Data Science Lesson 8 – Encoding | Dataplexa
Feature Engineering · Lesson 8

Encoding

Transform categorical data into numerical formats that machine learning algorithms can process effectively.

1
Identify categorical features in your dataset
2
Choose appropriate encoding technique
3
Apply encoding and validate output
4
Prepare encoded data for machine learning

Why Encoding Matters

Machine learning algorithms speak numbers. Period. When your dataset contains text like "Electronics" or "Mumbai", algorithms throw error messages faster than you can debug them. Encoding translates these categories into numerical values that algorithms understand while preserving the original meaning.
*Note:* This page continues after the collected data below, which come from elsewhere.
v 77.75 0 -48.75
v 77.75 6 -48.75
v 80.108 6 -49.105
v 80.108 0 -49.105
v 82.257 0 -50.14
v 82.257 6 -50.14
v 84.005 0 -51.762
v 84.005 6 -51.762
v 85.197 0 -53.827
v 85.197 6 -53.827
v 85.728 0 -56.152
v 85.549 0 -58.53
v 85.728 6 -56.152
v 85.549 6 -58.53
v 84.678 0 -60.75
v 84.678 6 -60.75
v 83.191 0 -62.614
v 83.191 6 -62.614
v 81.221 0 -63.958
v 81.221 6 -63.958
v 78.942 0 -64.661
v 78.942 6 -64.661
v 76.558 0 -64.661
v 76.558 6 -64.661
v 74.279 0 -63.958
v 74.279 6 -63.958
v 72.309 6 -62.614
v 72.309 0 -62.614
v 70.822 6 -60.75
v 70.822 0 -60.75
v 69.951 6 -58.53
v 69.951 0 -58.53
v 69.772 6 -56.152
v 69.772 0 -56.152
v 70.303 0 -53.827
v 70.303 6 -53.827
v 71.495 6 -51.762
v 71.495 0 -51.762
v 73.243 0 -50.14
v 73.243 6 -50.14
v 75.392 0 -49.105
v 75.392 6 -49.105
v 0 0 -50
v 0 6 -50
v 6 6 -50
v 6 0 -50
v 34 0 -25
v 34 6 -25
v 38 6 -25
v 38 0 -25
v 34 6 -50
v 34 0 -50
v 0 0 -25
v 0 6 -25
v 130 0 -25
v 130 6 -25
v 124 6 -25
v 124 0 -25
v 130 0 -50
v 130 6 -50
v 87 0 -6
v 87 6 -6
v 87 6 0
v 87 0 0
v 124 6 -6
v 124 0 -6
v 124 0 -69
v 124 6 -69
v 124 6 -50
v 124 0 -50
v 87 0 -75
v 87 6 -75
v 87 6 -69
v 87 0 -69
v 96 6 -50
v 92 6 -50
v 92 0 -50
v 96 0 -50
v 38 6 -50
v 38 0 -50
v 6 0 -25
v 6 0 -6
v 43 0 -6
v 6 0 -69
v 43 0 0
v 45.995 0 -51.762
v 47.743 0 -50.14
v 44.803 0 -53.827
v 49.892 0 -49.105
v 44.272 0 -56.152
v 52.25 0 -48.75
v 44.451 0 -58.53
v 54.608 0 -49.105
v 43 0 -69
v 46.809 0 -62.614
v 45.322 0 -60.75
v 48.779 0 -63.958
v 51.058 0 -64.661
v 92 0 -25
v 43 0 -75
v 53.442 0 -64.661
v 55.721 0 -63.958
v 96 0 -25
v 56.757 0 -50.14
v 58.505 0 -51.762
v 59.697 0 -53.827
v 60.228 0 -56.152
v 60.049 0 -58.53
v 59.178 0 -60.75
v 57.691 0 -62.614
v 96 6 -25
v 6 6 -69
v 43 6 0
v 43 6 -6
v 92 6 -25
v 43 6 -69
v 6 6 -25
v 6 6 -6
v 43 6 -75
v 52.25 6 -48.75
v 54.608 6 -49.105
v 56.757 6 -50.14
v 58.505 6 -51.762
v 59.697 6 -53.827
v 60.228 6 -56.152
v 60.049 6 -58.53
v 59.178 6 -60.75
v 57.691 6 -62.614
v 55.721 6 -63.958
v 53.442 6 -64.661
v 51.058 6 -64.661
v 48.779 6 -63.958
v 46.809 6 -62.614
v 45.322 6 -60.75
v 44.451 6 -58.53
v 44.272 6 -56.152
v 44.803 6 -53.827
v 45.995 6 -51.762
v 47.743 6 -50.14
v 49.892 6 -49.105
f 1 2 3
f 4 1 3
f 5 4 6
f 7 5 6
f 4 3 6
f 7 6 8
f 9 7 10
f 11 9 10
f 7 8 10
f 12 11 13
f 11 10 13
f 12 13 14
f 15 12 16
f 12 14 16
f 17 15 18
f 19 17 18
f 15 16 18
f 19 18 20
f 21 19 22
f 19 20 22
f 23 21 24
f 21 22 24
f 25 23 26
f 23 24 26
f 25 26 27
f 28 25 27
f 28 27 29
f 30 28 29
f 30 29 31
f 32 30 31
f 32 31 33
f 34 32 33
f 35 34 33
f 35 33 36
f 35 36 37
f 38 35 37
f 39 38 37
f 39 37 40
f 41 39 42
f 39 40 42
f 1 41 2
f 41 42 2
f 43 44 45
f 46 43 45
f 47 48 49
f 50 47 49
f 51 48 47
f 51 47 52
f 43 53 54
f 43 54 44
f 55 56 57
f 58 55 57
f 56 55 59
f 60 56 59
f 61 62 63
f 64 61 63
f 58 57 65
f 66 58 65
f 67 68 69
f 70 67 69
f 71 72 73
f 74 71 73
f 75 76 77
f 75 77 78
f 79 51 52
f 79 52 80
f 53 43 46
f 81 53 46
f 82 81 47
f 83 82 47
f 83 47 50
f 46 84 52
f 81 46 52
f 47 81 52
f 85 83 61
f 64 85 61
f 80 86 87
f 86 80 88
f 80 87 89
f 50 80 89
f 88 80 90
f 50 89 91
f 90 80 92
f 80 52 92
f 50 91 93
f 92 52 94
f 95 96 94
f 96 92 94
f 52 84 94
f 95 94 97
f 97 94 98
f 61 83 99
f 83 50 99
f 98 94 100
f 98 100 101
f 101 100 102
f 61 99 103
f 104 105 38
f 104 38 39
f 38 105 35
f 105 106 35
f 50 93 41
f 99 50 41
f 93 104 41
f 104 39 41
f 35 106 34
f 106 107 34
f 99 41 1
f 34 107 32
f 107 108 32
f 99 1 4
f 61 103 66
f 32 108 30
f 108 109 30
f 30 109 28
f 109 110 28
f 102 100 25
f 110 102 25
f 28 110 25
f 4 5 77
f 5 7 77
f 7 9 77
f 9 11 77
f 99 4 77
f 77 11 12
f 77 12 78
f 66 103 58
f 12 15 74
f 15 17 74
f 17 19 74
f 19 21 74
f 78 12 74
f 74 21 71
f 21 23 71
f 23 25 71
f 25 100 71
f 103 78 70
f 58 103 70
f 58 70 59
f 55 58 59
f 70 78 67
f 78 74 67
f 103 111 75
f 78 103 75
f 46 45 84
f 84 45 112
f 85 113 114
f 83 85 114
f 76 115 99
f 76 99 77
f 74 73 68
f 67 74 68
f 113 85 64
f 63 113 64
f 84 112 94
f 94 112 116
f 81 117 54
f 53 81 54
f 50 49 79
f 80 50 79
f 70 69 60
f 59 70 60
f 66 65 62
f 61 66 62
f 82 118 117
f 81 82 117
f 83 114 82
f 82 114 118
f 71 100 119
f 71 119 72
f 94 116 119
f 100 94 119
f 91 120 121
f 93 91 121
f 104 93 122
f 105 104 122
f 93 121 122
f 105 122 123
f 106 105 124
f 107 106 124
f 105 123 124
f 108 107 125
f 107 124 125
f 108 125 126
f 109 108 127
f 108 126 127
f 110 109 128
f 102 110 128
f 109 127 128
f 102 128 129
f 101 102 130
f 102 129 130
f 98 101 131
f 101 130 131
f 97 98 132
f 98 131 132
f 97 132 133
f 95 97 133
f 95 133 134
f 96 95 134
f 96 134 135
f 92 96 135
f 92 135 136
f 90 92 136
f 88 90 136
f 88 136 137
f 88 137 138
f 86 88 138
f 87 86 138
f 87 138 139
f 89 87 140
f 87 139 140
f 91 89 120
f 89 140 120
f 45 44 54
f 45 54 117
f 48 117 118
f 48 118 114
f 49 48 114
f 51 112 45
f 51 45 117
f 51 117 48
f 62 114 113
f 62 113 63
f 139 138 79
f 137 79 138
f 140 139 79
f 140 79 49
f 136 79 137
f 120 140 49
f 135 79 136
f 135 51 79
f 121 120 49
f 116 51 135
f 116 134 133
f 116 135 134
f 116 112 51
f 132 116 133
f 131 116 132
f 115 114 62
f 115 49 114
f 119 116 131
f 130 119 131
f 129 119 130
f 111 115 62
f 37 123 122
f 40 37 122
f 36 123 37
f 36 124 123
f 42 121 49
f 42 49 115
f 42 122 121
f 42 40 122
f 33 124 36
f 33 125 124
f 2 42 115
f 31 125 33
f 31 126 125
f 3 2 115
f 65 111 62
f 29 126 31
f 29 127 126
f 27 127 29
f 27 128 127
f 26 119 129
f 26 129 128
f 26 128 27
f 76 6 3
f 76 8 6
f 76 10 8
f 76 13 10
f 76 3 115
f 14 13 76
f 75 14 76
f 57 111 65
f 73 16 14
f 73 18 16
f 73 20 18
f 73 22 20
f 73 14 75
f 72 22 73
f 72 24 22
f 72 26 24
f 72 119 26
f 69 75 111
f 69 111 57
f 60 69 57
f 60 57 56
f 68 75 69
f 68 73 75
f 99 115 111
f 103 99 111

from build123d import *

# Parameters (mm, degrees)
SKETCH1_W           = 130
SKETCH1_H           = 75
BOSS_EXTRUDE1_DEPTH = 6
SKETCH2_R           = 8
CUT_EXTRUDE1_DEPTH  = 6
SKETCH3_W           = 4
SKETCH3_H           = 25
CUT_EXTRUDE2_DEPTH  = 151.203195705


with BuildPart() as part:
    # Sketch1 → Boss-Extrude1 (new body)
    with BuildSketch(Plane(origin=(0, 0, 0), x_dir=(1, 0, 0), z_dir=(0, 1, 0))):
        with Locations((65, 37.5)):
            Rectangle(SKETCH1_W, SKETCH1_H)
    extrude(amount=BOSS_EXTRUDE1_DEPTH)

    # Sketch2 → Cut-Extrude1 (cut)
    with BuildSketch(Plane(origin=(0, 6, 0), x_dir=(1, 0, 0), z_dir=(0, 1, 0))):
        with Locations(Location((52.25, 56.75, 0), (0, 0, 270))):
            Circle(SKETCH2_R)
        with Locations(Location((77.75, 56.75, 0), (0, 0, 270))):
            Circle(SKETCH2_R)
    extrude(amount=-CUT_EXTRUDE1_DEPTH, mode=Mode.SUBTRACT)

    # Sketch3 → Cut-Extrude2 (cut, through all)
    with BuildSketch(Plane(origin=(0, 6, 0), x_dir=(1, 0, 0), z_dir=(0, 1, 0))):
        Polygon((0, 0), (43, 0), (43, 6), (6, 6), (6, 25), (0, 25), align=None)
        Polygon((0, 50), (6, 50), (6, 69), (43, 69), (43, 75), (0, 75), align=None)
        with Locations((36, 37.5)):
            Rectangle(SKETCH3_W, SKETCH3_H)
        Polygon((87, 6), (87, 0), (130, 0), (130, 25), (124, 25), (124, 6), align=None)
        with Locations((94, 37.5)):
            Rectangle(SKETCH3_W, SKETCH3_H)
        Polygon((87, 75), (87, 69), (124, 69), (124, 50), (130, 50), (130, 75), align=None)
    extrude(amount=-CUT_EXTRUDE2_DEPTH, mode=Mode.SUBTRACT)


solid = part.part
Think of it like translating English to French. The meaning stays the same, but the format changes completely. That smartphone category becomes a 1 or [1,0,0,0,0] depending on your encoding choice. Both represent "Electronics" but in mathematically digestible formats.

Key Insight

The encoding method you choose directly impacts model performance. One-hot encoding works perfectly for 5 categories but creates nightmare scenarios with 500 categories. Choose wisely.

Label Encoding

The simplest encoding technique assigns sequential numbers to categories. Delhi becomes 0, Mumbai becomes 1, and so on. Perfect for ordinal data where categories have natural ordering, dangerous for nominal data where no ranking exists.
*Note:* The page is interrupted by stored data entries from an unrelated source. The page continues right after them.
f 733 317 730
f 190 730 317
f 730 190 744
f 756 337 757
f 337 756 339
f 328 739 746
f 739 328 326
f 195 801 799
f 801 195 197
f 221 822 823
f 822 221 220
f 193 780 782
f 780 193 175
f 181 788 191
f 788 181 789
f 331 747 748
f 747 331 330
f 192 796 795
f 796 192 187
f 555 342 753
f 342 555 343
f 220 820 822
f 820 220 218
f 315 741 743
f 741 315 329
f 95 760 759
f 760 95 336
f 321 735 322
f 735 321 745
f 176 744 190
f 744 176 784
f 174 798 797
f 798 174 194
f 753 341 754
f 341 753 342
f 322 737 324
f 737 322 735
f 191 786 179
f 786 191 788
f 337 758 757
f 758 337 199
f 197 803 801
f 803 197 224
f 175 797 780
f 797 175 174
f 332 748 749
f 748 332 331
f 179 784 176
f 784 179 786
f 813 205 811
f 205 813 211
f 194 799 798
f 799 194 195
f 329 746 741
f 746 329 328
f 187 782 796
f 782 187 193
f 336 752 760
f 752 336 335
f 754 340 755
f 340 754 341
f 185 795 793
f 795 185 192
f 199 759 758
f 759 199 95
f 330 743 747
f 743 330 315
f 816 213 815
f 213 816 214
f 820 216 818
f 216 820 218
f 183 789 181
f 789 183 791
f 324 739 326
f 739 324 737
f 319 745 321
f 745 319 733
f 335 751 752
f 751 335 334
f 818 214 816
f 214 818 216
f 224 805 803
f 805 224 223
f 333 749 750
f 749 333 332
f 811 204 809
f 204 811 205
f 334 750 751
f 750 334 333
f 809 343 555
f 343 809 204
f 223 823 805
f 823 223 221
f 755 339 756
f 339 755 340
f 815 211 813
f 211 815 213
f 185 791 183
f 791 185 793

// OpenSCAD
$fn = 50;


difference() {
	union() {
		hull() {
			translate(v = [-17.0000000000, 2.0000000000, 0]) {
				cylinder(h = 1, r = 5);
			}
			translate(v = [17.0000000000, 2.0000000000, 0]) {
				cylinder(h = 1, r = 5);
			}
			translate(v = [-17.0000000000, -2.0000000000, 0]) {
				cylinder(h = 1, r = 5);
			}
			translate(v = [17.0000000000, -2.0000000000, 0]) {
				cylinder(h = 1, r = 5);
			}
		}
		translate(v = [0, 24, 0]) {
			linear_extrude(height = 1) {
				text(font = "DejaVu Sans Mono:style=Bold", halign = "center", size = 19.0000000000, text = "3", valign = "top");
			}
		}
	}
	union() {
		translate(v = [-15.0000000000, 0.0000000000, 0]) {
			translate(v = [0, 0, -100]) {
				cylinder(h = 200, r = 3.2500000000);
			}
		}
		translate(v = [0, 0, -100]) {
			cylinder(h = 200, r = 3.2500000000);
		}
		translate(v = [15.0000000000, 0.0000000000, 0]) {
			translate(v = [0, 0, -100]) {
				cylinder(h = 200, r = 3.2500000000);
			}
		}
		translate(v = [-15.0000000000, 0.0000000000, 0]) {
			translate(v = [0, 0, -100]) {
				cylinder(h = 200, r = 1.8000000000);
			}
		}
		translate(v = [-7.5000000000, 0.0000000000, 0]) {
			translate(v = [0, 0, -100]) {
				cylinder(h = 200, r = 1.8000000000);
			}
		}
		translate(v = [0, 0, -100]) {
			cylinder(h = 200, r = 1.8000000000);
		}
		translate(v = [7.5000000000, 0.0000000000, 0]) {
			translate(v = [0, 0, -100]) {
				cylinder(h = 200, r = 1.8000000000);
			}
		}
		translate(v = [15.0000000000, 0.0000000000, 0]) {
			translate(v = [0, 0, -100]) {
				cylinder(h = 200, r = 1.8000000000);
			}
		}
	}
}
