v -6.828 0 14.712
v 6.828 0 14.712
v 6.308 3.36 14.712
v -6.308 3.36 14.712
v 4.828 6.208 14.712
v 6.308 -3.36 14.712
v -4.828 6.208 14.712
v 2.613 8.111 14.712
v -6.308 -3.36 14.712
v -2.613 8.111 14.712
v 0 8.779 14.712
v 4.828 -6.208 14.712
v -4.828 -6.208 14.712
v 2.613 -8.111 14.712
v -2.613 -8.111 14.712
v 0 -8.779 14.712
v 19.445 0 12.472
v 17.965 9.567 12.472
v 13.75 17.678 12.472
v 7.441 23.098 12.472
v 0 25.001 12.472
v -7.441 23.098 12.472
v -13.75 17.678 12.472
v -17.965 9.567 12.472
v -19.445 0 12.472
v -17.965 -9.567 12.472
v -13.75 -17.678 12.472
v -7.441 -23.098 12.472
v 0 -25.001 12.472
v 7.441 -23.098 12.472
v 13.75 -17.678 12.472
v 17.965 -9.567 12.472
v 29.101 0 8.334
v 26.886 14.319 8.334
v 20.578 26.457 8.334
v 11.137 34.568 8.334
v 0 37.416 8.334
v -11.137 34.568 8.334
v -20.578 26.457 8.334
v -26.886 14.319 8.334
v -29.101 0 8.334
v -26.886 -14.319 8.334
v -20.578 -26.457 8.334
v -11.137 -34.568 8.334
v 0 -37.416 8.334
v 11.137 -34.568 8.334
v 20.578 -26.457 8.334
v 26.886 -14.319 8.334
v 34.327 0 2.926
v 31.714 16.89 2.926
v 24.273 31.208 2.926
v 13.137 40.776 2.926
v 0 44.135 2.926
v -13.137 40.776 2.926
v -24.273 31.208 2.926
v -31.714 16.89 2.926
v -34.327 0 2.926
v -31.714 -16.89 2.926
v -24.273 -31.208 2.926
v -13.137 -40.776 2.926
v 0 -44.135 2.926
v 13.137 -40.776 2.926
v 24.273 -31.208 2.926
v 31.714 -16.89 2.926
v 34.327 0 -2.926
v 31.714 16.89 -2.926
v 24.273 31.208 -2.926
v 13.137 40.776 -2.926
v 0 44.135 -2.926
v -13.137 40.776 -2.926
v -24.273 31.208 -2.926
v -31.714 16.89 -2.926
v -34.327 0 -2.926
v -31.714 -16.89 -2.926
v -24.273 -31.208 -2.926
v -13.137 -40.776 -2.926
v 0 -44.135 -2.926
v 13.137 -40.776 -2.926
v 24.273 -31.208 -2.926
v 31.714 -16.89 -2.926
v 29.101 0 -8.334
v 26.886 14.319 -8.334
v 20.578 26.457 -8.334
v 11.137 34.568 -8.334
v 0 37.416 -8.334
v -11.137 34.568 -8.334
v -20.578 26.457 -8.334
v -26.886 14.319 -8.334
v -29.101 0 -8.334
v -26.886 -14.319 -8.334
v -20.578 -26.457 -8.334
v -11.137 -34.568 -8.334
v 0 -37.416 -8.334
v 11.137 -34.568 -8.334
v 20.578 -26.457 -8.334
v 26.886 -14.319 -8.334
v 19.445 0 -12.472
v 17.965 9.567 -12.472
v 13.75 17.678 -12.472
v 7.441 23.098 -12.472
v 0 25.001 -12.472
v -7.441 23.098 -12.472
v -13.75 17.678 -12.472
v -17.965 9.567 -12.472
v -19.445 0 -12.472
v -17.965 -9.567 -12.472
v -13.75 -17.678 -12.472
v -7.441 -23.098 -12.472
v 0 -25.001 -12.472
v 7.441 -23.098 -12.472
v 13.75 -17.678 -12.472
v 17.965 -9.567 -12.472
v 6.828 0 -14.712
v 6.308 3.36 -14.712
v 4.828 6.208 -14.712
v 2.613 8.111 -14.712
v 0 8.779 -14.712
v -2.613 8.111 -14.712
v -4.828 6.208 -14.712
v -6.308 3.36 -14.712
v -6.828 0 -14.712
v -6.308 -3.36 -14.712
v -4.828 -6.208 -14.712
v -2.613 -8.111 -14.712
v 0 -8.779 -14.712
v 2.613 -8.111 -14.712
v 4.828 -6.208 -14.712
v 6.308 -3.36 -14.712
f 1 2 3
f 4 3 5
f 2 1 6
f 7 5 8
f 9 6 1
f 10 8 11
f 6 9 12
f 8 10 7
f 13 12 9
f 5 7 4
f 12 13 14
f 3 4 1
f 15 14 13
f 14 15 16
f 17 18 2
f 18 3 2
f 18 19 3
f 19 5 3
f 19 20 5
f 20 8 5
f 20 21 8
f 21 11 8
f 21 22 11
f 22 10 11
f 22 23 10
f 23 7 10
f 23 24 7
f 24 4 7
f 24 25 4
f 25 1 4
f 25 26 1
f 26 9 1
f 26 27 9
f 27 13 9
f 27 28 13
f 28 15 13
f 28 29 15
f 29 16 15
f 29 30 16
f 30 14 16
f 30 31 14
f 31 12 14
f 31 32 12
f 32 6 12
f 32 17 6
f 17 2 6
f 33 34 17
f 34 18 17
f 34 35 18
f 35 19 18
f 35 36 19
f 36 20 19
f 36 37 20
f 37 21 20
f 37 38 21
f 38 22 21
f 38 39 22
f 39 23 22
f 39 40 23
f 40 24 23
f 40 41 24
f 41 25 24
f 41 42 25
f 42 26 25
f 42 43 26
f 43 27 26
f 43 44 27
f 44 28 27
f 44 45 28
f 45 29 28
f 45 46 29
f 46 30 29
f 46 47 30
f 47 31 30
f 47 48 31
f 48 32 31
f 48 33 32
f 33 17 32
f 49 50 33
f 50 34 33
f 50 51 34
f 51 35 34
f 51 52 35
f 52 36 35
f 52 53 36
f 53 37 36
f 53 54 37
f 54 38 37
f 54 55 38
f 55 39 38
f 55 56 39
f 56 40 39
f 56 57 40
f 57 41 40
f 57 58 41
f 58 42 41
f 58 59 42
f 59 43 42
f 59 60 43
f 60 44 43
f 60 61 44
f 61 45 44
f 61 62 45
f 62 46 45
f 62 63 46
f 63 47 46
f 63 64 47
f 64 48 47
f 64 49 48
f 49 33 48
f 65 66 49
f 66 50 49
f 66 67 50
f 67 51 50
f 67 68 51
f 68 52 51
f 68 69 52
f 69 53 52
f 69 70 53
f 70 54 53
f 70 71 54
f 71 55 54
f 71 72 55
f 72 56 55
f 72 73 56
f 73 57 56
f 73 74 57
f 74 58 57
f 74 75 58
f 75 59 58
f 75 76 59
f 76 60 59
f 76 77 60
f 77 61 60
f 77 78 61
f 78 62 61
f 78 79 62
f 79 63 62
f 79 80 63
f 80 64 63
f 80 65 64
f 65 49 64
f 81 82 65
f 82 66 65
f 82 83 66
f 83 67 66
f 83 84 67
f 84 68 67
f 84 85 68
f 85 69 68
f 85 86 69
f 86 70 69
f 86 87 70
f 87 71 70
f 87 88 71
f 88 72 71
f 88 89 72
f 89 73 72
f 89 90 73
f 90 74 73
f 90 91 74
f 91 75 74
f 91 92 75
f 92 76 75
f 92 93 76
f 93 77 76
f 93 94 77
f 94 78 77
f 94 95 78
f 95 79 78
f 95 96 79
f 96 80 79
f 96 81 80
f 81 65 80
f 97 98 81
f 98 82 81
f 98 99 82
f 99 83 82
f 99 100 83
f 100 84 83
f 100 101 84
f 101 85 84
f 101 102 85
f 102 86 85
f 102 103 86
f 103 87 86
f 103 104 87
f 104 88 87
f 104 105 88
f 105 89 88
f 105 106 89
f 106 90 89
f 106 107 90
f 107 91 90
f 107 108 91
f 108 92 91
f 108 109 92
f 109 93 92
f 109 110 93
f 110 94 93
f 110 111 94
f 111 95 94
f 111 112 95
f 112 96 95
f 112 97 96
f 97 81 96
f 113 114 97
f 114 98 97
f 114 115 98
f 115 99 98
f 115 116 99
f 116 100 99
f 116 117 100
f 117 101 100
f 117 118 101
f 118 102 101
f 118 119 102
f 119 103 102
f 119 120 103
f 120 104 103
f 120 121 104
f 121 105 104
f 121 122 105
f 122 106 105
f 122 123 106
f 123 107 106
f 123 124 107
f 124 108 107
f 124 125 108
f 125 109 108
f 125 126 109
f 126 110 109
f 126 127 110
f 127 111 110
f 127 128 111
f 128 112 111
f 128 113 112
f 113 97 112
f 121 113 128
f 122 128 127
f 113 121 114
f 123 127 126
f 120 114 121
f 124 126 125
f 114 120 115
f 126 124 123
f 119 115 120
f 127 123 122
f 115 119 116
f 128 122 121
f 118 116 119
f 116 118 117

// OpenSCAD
// Generated by SolidPython 1.0.1 on 2020-07-29 00:46:47


scale(v = [7, 9, 3]) {
	sphere(r = 5);
}
/***********************************************
*********      SolidPython code:      **********
************************************************
 
# import packages: SolidPython
from solid import *
from solid.utils import *
from itertools import chain, combinations, permutations


class Resize:

    def __init__(self, scad_file):
        self.scad_file = scad_file
        #self.scad_file = import_scad(scad_file)
        # cone/cylinder param:
        self.r1 = 0
        self.r2 = 0
        self.h = 0
        # rectangular prism param:
        self.w = 0
        self.l = 0
        # ellipse param:
        self.r = 0

    # import OpenScad code (file name corresponds to shape)


    # classify shape + parameters
    def assign(self, param1, param2, param3):
        if self.scad_file == 'cone.scad':
            self.r1 = param1
            self.r2 = param2
            self.h = param3
        elif self.scad_file == 'cylinder.scad':
            self.r1 = param1
            self.r2 = param2
            self.h = param3
        elif self.scad_file == 'rectangularPrism.scad':
            self.h = param1
            self.l = param2
            self.w = param3
        else:
            self.r = param1
            self.h = param2

    # resize parameters
    def iterate(self):
        x = range(3, 20, 2)
        i = 1
        if self.scad_file == 'cone.scad':
            tempList = list(permutations(x, 2))
            for temp in tempList:
                param1 = temp[0]
                param2 = temp[1]
                filepath = 'produced_scad_files/' + 'cone' + str(param1) + '_' + str(param2) + '_' + '.scad'
                scad_render_to_file(cylinder(h=param1, r1=param2, r2=0), filepath)

        elif self.scad_file == 'cylinder.scad':
            tempList = list(permutations(x, 3))
            for temp in tempList:
                param1 = temp[0]
                param2 = temp[1]
                filepath = 'produced_scad_files/' + 'cylinder' + str(param1) + '_' + str(param2) + '_' + '.scad'
                scad_render_to_file(cylinder(h=param1, r1=param2, r2=param2), filepath)

        elif self.scad_file == 'rectangularPrism.scad':
            tempList = list(permutations(x, 3))
            for temp in tempList:
                param1 = temp[0]
                param2 = temp[1]
                param3 = temp[2]
                filepath = 'produced_scad_files/' + 'rectangularPrism' + str(param1) + '_' + str(param2) + '_' + str(
                    param3) + '.scad'
                scad_render_to_file(cube(size=(param1, param2, param3)), filepath)

        elif self.scad_file == 'ellipse.scad':
            tempList = list(permutations(x, 4))
            for temp in tempList:
                param1 = temp[0]
                param2 = temp[1]
                param3 = temp[2]
                param4 = temp[3]
                filepath = 'produced_scad_files/' + 'ellipse' + str(param1) + '_' + str(param2) + '_' + str(param3) + '_' + str(param4) + '.scad'
                scad_render_to_file(scale([param1, param2, param3])(sphere(r=param4)), filepath)

    def render_to_scadfile(self):
        scad_render_to_file(scad, 'example.scad') 
 
************************************************/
The scenario: Flipkart's recommendation team needs to encode product categories for their new ML model. They start with label encoding to understand category distribution patterns.

# Load data and examine categories first
import pandas as pd
from sklearn.preprocessing import LabelEncoder

df = pd.read_csv('dataplexa_ecommerce.csv')
print("Unique categories:")
print(df['product_category'].unique())

What just happened?

We identified 5 unique categories in our product data. Label encoding will assign numbers 0-4 to these categories alphabetically. Try this: Check value counts with df['product_category'].value_counts()

Now we apply label encoding to convert these text categories into numbers:

# Apply label encoding to product categories
le = LabelEncoder()
df['category_encoded'] = le.fit_transform(df['product_category'])

# Show the mapping
mapping_df = pd.DataFrame({
    'Original': df['product_category'].unique(),
    'Encoded': le.transform(df['product_category'].unique())
})
print(mapping_df)

What just happened?

LabelEncoder automatically assigned Books=0, Clothing=1, Electronics=2 etc. in alphabetical order. The fit_transform() method learned the mapping and applied it. Try this: Use le.inverse_transform([0,1,2]) to convert back.

Common Mistake

Using label encoding on nominal categories like cities creates artificial ordering. The algorithm thinks Mumbai (1) > Delhi (0), which makes no sense. Use one-hot encoding instead.

One-Hot Encoding

One-hot encoding creates separate binary columns for each category. Each row gets a 1 in exactly one column and 0s everywhere else. No artificial ordering, no mathematical relationships between categories. Clean and fair.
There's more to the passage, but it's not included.